7. Log Historical Data:
   • Record interior and exterior temperature, humidity, and atmospheric pressure for plotting historical trends.
   • Update data arrays for visualization.
8. Display Live Data Pages:
   • Cycle through live data pages for interior and exterior temperature, humidity, pressure, tank pressure, and off-roading metrics.

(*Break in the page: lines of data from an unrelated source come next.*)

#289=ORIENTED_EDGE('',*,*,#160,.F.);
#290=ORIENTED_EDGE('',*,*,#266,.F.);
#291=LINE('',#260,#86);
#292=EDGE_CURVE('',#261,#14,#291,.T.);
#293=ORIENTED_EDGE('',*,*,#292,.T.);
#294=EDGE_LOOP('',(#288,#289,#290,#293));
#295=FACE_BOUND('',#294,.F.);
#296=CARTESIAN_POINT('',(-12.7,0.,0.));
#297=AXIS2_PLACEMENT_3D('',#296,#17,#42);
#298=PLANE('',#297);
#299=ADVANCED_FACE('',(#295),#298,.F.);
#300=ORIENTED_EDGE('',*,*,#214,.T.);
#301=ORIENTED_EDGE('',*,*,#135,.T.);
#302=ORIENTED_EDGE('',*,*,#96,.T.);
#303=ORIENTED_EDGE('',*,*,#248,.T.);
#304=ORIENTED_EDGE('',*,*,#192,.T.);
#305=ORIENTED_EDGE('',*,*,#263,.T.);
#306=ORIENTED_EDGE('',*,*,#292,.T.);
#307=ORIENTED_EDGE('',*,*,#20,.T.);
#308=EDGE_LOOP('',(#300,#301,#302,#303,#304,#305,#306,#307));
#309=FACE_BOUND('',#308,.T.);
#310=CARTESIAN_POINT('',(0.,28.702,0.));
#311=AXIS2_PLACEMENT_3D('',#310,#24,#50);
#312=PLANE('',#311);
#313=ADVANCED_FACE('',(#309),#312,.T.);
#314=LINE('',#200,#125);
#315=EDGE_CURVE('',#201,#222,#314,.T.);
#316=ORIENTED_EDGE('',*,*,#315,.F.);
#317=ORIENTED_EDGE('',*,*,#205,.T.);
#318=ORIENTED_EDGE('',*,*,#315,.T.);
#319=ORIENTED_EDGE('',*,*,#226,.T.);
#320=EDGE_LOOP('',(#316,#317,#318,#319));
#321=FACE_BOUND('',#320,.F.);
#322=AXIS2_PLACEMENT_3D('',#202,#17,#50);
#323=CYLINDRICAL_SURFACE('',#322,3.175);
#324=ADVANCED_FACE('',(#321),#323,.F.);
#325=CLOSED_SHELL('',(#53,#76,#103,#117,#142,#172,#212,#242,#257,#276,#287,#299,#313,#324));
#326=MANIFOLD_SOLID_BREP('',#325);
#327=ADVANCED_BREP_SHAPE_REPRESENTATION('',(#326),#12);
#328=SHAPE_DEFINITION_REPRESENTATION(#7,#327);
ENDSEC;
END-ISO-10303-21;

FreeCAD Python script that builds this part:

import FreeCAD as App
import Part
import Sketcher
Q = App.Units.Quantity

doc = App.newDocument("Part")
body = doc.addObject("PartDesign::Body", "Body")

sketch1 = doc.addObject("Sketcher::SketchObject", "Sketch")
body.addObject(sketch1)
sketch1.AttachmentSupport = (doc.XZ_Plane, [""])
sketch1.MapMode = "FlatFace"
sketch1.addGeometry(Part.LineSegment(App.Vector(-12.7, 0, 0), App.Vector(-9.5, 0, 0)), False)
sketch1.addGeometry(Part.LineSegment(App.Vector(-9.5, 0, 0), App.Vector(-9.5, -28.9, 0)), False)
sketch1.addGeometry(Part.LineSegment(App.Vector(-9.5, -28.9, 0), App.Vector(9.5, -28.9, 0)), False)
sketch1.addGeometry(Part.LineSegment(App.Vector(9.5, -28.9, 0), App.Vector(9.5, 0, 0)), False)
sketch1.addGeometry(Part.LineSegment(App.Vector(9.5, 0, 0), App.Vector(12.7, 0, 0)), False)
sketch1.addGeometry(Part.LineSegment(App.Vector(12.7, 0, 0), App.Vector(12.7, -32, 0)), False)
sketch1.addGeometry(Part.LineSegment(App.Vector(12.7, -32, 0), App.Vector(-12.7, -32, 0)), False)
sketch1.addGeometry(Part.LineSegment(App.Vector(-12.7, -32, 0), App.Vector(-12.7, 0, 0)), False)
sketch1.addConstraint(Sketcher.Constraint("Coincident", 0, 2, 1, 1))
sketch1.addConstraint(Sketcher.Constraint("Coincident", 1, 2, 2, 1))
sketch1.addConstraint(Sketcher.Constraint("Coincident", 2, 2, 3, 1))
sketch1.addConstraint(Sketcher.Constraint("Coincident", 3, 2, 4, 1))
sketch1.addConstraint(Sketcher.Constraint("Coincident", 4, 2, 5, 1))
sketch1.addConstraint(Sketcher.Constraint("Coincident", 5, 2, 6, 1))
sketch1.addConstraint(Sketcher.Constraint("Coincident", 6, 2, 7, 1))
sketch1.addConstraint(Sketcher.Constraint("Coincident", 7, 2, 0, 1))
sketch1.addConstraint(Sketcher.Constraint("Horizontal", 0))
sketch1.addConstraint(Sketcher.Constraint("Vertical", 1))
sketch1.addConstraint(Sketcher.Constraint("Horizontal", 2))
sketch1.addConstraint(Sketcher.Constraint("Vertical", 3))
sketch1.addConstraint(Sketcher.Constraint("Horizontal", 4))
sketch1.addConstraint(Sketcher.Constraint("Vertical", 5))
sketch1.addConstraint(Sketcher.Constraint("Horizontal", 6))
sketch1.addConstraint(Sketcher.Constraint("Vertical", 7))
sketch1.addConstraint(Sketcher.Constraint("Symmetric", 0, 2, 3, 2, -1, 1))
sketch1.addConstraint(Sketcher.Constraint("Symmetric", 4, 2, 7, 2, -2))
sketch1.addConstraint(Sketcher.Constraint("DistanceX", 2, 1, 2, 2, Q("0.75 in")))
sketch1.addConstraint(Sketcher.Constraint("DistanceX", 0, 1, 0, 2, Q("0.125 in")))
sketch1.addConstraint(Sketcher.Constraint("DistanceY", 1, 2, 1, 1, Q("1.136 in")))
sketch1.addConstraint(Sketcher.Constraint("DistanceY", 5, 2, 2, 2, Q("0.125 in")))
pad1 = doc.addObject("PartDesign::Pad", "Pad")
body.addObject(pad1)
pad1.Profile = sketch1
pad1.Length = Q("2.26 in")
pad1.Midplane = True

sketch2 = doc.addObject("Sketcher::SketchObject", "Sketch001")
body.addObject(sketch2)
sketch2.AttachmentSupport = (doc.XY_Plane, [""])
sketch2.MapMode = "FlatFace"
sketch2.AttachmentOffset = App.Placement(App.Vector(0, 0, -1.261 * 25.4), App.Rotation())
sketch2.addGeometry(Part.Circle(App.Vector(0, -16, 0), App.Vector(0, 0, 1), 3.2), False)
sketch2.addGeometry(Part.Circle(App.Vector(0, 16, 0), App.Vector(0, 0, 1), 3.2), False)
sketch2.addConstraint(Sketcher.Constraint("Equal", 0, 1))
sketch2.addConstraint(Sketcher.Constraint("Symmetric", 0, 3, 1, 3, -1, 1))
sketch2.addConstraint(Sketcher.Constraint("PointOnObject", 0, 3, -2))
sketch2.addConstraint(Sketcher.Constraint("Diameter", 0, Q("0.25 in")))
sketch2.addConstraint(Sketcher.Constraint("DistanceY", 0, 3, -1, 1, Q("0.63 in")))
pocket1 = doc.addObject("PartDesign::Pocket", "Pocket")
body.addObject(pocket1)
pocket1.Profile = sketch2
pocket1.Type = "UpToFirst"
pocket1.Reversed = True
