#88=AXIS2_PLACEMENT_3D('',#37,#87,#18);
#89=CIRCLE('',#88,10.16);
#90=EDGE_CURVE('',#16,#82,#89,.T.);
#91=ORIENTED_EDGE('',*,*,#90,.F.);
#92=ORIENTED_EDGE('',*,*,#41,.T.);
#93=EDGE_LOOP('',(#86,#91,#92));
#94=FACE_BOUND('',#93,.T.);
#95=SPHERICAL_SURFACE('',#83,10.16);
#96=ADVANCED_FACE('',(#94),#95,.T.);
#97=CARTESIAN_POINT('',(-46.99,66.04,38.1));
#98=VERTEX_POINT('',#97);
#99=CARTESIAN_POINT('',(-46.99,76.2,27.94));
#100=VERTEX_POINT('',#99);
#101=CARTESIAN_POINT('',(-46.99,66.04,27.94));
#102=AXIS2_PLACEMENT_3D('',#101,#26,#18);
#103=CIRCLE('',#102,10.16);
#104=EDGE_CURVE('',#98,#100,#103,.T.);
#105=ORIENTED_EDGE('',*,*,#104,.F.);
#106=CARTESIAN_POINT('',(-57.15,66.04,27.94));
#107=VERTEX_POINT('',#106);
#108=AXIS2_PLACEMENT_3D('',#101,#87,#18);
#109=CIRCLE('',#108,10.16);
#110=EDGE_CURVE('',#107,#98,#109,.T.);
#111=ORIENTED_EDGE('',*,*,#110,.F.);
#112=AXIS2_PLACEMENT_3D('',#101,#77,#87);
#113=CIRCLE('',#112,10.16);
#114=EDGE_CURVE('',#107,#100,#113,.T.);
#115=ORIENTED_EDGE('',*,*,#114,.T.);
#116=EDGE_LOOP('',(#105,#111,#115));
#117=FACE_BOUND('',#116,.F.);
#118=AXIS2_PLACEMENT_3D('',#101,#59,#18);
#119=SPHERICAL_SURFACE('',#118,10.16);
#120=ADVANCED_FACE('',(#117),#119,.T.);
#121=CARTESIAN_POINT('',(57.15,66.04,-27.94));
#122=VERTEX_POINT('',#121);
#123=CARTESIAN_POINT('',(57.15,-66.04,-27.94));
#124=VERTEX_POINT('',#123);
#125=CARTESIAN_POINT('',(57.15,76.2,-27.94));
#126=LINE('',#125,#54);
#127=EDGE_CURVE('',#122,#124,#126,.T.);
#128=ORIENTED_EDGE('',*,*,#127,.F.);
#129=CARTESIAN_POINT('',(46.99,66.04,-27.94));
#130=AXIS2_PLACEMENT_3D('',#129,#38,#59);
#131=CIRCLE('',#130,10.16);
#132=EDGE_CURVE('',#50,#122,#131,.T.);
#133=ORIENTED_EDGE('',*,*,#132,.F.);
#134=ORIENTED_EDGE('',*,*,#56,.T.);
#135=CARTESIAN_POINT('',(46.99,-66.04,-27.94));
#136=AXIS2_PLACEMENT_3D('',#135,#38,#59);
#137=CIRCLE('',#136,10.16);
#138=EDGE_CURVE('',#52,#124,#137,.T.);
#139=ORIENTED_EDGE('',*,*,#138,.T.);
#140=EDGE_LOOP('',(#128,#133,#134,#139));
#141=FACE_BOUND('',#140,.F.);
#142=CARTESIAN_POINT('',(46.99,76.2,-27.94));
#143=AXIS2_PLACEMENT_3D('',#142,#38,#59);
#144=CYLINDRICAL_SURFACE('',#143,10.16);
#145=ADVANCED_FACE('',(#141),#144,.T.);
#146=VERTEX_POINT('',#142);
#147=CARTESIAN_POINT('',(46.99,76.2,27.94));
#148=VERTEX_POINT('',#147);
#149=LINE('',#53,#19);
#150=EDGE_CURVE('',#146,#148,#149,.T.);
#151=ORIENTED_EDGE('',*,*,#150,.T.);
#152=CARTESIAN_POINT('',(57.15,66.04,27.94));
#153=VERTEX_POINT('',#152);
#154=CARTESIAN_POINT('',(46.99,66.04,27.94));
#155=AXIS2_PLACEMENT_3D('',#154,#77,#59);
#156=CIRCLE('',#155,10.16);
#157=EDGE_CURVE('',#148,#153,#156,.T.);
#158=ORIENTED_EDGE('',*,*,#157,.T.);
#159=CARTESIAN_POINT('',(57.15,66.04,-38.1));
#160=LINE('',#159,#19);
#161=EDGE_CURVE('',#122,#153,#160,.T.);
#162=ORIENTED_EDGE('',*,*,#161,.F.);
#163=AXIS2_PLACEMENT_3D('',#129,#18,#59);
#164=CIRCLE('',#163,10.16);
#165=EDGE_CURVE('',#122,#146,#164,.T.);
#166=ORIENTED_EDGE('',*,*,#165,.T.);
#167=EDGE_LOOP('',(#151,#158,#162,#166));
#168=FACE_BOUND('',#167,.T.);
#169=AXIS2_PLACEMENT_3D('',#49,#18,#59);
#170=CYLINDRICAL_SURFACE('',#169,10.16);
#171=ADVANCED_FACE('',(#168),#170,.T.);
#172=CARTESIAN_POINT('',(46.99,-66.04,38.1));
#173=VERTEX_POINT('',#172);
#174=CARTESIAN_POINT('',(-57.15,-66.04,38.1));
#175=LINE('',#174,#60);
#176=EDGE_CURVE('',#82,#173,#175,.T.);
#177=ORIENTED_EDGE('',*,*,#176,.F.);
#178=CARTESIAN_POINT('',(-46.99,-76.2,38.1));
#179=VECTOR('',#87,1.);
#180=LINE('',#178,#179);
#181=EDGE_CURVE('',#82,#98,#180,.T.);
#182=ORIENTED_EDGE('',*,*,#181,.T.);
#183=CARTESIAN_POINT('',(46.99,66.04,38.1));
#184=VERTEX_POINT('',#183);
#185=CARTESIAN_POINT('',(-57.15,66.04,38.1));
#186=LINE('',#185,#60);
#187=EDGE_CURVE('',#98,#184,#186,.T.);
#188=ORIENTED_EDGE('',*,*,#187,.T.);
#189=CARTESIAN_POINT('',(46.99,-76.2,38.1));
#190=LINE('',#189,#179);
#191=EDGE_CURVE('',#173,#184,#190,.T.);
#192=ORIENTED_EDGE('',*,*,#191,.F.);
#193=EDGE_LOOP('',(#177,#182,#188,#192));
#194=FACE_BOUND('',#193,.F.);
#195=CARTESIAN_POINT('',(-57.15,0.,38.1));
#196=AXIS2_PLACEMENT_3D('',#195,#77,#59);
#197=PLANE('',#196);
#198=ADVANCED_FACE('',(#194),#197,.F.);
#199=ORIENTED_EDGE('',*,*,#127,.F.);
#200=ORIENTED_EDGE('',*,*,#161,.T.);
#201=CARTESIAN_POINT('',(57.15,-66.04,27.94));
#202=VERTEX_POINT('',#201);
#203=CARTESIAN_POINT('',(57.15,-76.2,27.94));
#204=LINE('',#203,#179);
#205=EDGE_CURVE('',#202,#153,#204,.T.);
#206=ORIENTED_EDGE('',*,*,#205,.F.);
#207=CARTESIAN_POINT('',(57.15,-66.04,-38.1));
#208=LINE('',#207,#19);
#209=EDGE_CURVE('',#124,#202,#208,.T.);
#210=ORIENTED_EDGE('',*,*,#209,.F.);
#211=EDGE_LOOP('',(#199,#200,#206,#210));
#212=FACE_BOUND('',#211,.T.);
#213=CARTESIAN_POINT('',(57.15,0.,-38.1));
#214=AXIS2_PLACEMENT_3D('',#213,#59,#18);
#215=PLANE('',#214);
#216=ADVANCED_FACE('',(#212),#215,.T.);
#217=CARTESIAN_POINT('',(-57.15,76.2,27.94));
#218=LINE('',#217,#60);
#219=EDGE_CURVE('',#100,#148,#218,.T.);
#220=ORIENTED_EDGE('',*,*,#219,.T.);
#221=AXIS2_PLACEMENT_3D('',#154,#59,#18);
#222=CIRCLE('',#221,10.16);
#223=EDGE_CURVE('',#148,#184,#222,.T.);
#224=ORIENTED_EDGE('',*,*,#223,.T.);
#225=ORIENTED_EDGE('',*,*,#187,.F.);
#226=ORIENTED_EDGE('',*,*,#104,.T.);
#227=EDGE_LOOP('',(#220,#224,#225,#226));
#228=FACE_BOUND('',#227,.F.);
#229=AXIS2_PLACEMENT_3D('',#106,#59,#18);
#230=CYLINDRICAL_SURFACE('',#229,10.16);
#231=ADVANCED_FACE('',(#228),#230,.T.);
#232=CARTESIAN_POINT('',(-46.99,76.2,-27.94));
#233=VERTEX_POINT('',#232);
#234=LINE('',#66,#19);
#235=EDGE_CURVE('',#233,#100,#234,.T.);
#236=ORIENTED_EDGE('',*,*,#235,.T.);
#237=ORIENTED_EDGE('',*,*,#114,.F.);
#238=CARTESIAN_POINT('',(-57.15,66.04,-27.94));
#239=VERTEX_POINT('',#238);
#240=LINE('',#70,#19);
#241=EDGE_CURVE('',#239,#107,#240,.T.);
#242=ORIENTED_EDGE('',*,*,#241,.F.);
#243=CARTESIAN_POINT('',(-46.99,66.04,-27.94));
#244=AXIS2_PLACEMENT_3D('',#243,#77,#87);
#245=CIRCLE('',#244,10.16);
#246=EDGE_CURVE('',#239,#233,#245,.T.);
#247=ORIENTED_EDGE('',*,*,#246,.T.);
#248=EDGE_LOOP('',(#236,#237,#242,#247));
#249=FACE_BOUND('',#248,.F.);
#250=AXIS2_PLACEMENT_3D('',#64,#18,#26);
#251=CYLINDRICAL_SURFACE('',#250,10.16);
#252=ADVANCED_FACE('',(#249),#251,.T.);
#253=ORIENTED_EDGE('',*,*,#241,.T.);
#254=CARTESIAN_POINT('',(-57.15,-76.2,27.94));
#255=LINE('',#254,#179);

   • Render bar graphs for tank pressure and line plots for historical temperature, pressure, and humidity trends.
9. Repeat Process:
   • After cycling through all data pages, return to the first page and continue collecting and displaying data in real time.

Final Implementation

The system underwent extensive testing to validate its performance and functionality. Initial tests focused on system initialization and sensor verification, ensuring that the BME280 sensors provided consistent environmental data and that the IMU accurately reported pitch and roll values in response to orientation changes. Tank pressure calibration was conducted by comparing readings from the system to a calibrated analog gauge, with discrepancies corrected using an altitude-based correction factor. Data logging and plotting functionality were verified by monitoring and recording temperature, pressure, and humidity data over a 30-minute period, demonstrating smooth updates and transitions between screens without disruptions. Altitude calculations were assessed by comparing sensor readings to the known elevation of the test location (3250 ft), with adjustments yielding an accuracy of ±3 ft. Real-time performance tests validated the responsiveness of live data displays and pitch/roll measurements, with data updating with minimal latency (~0.2 seconds). Measurement errors and uncertainties, such as altitude variations due to atmospheric pressure changes, minor nonlinearities in pressure transducer readings, and potential sensor drift, were identified but deemed minimal for the system's intended application. Overall, the system delivered accurate and efficient monitoring of environmental and system parameters, meeting the project’s objectives effectively.